Now, there are two sub-options here. The simplest way is to attach these new cones to existing nerve outputs. So you'd see IR as red, UV as blue, like before. (Or IR as blue and UV as green, or whatever floats your boat. Again, not sure there's any particular reason to do it, but you might find that it helps night vision or something.)
The other option is to generate new nerve signals. This also requires rewiring the brain to accept these new signals. Obviously, it's possible, but I have no idea how hard it would be, or if it could reasonably be done on an adult.
If it worked though, the person would have a vastly increased color space. The difference between red and IR would be blatantly obvious to these people, along with the difference between blue/violet and UV. There would also be a difference to them between green, and green with IR, or green with UV, or green with IR and UV.

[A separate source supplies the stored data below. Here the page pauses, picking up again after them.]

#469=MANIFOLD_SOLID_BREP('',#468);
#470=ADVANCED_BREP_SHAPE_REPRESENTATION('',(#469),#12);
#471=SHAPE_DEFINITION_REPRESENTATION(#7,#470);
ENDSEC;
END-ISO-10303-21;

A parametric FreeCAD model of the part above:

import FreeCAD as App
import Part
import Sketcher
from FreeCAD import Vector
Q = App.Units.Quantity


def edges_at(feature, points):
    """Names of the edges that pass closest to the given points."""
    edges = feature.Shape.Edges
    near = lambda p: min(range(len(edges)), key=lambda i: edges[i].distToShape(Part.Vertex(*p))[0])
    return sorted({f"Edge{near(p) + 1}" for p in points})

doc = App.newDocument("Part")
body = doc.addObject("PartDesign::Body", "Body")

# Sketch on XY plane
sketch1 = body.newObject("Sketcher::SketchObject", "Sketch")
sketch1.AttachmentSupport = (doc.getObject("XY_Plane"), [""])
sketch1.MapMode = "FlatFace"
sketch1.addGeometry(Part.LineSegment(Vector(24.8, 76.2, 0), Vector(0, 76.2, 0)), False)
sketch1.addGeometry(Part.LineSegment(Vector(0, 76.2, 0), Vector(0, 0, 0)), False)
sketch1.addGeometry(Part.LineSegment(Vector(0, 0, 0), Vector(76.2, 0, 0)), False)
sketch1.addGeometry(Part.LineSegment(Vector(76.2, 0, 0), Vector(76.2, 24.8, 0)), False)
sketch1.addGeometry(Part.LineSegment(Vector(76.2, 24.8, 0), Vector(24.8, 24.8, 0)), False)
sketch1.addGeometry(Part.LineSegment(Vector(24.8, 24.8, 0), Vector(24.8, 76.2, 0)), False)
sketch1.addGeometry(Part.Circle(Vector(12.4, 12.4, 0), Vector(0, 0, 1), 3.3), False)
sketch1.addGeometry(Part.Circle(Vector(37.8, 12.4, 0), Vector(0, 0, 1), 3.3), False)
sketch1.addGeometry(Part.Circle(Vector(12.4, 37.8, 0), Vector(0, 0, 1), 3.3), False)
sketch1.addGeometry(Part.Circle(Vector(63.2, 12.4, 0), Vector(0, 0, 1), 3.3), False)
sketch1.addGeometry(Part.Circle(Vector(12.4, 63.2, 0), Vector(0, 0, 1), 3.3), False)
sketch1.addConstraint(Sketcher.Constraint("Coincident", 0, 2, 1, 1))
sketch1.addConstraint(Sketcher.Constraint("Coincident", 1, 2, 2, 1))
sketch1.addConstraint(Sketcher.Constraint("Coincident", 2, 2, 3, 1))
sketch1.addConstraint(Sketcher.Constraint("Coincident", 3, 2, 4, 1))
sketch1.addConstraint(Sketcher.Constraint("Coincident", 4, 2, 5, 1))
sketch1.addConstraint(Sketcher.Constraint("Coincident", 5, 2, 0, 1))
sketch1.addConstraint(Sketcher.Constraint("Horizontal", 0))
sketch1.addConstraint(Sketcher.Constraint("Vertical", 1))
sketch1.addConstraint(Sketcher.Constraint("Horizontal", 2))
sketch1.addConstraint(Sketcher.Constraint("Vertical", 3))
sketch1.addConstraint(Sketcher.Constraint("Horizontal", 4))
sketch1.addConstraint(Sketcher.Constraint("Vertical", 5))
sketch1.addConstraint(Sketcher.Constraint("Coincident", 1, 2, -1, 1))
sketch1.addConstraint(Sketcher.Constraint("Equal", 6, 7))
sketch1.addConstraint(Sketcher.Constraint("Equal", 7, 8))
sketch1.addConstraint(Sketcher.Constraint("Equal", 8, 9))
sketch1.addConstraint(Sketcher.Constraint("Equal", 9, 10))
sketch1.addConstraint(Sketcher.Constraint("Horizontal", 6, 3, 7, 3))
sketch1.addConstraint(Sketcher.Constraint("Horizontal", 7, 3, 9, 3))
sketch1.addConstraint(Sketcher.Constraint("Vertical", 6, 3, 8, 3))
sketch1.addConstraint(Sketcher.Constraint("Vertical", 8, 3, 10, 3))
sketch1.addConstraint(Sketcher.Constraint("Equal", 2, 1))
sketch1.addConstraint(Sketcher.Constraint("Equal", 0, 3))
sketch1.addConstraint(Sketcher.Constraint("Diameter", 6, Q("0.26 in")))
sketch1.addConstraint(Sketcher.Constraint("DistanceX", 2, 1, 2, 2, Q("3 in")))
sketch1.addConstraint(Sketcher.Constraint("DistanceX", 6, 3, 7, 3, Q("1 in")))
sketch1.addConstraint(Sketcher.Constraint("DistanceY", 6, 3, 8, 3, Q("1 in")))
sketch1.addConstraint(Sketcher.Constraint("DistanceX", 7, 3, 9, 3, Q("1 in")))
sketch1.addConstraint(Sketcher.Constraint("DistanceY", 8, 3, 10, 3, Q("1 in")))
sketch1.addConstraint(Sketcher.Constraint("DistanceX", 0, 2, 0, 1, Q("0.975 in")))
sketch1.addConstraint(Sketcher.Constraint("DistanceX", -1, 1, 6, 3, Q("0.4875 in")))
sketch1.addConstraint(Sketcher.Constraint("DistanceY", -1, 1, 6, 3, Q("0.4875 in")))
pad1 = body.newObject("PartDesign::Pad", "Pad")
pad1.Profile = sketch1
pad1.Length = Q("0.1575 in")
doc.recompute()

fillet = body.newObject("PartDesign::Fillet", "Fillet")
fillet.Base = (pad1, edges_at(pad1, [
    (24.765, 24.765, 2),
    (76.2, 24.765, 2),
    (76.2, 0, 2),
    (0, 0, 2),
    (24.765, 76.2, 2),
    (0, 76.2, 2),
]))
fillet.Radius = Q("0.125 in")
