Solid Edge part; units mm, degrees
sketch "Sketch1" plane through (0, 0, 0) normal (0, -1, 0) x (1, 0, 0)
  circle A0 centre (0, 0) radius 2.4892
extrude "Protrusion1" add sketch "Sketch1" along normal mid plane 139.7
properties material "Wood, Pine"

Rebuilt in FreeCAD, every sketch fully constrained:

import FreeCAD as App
import Part
import Sketcher

V = App.Vector
Q = App.Units.Quantity

doc = App.newDocument("Part")
params = doc.addObject("Spreadsheet::Sheet", "Params")
for row, (alias, value) in enumerate([
    ("sketch1_diameter", "0.196 in"),
    ("pad1_length", "5.5 in"),
], start=1):
    params.set(f"A{row}", alias)
    params.set(f"B{row}", "=" + value)
    params.setAlias(f"B{row}", alias)

body = doc.addObject("PartDesign::Body", "Body")

# Sketch on XZ plane
sketch1 = doc.addObject("Sketcher::SketchObject", "Sketch")
body.addObject(sketch1)
sketch1.AttachmentSupport = (doc.XZ_Plane, [""])
sketch1.MapMode = "FlatFace"
sketch1.addGeometry(Part.Circle(V(0, 0, 0), V(0, 0, 1), 2.5), False)
sketch1.addConstraint(Sketcher.Constraint("Coincident", 0, 3, -1, 1))
sketch1.addConstraint(Sketcher.Constraint("Diameter", 0, Q("0.196 in")))
sketch1.setExpression("Constraints[1]", "Params.sketch1_diameter")
pad1 = doc.addObject("PartDesign::Pad", "Pad")
body.addObject(pad1)
pad1.Profile = sketch1
pad1.setExpression("Length", "Params.pad1_length")
pad1.Midplane = True

doc.recompute()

There would be 1 null color ("true" black), 5 primary colors (one for each cone), 10 secondary colors (each combination of two cones), 10 tertiary colors (each combination of three cones, which is also the combination of absences of cones), 5 quaternary colors (each combination of four cones, or absence of 1 cone), and 1 everything color ("true" white). Plus all the trillions of intermediate colors. I took the liberty of naming them and coming up with tentative pronunciations. Those aren't ANSI standard naming conventions or anything.
The specifics of what real-world objects translate to what pentachromatic colors depends a lot on exactly what response curves you use. Also, it's possible to move the existing cones so your guys' "red" wouldn't correspond to normal red.
For example, you could have IR equate to far-ish IR, Red equate to near IR, Green equate to red/green, Blue equate to green/blue, and UV equate to UV. This gives you a really broad spectral range, but you lose a lot of human color response. To normal people, you'd seem red-green color blind.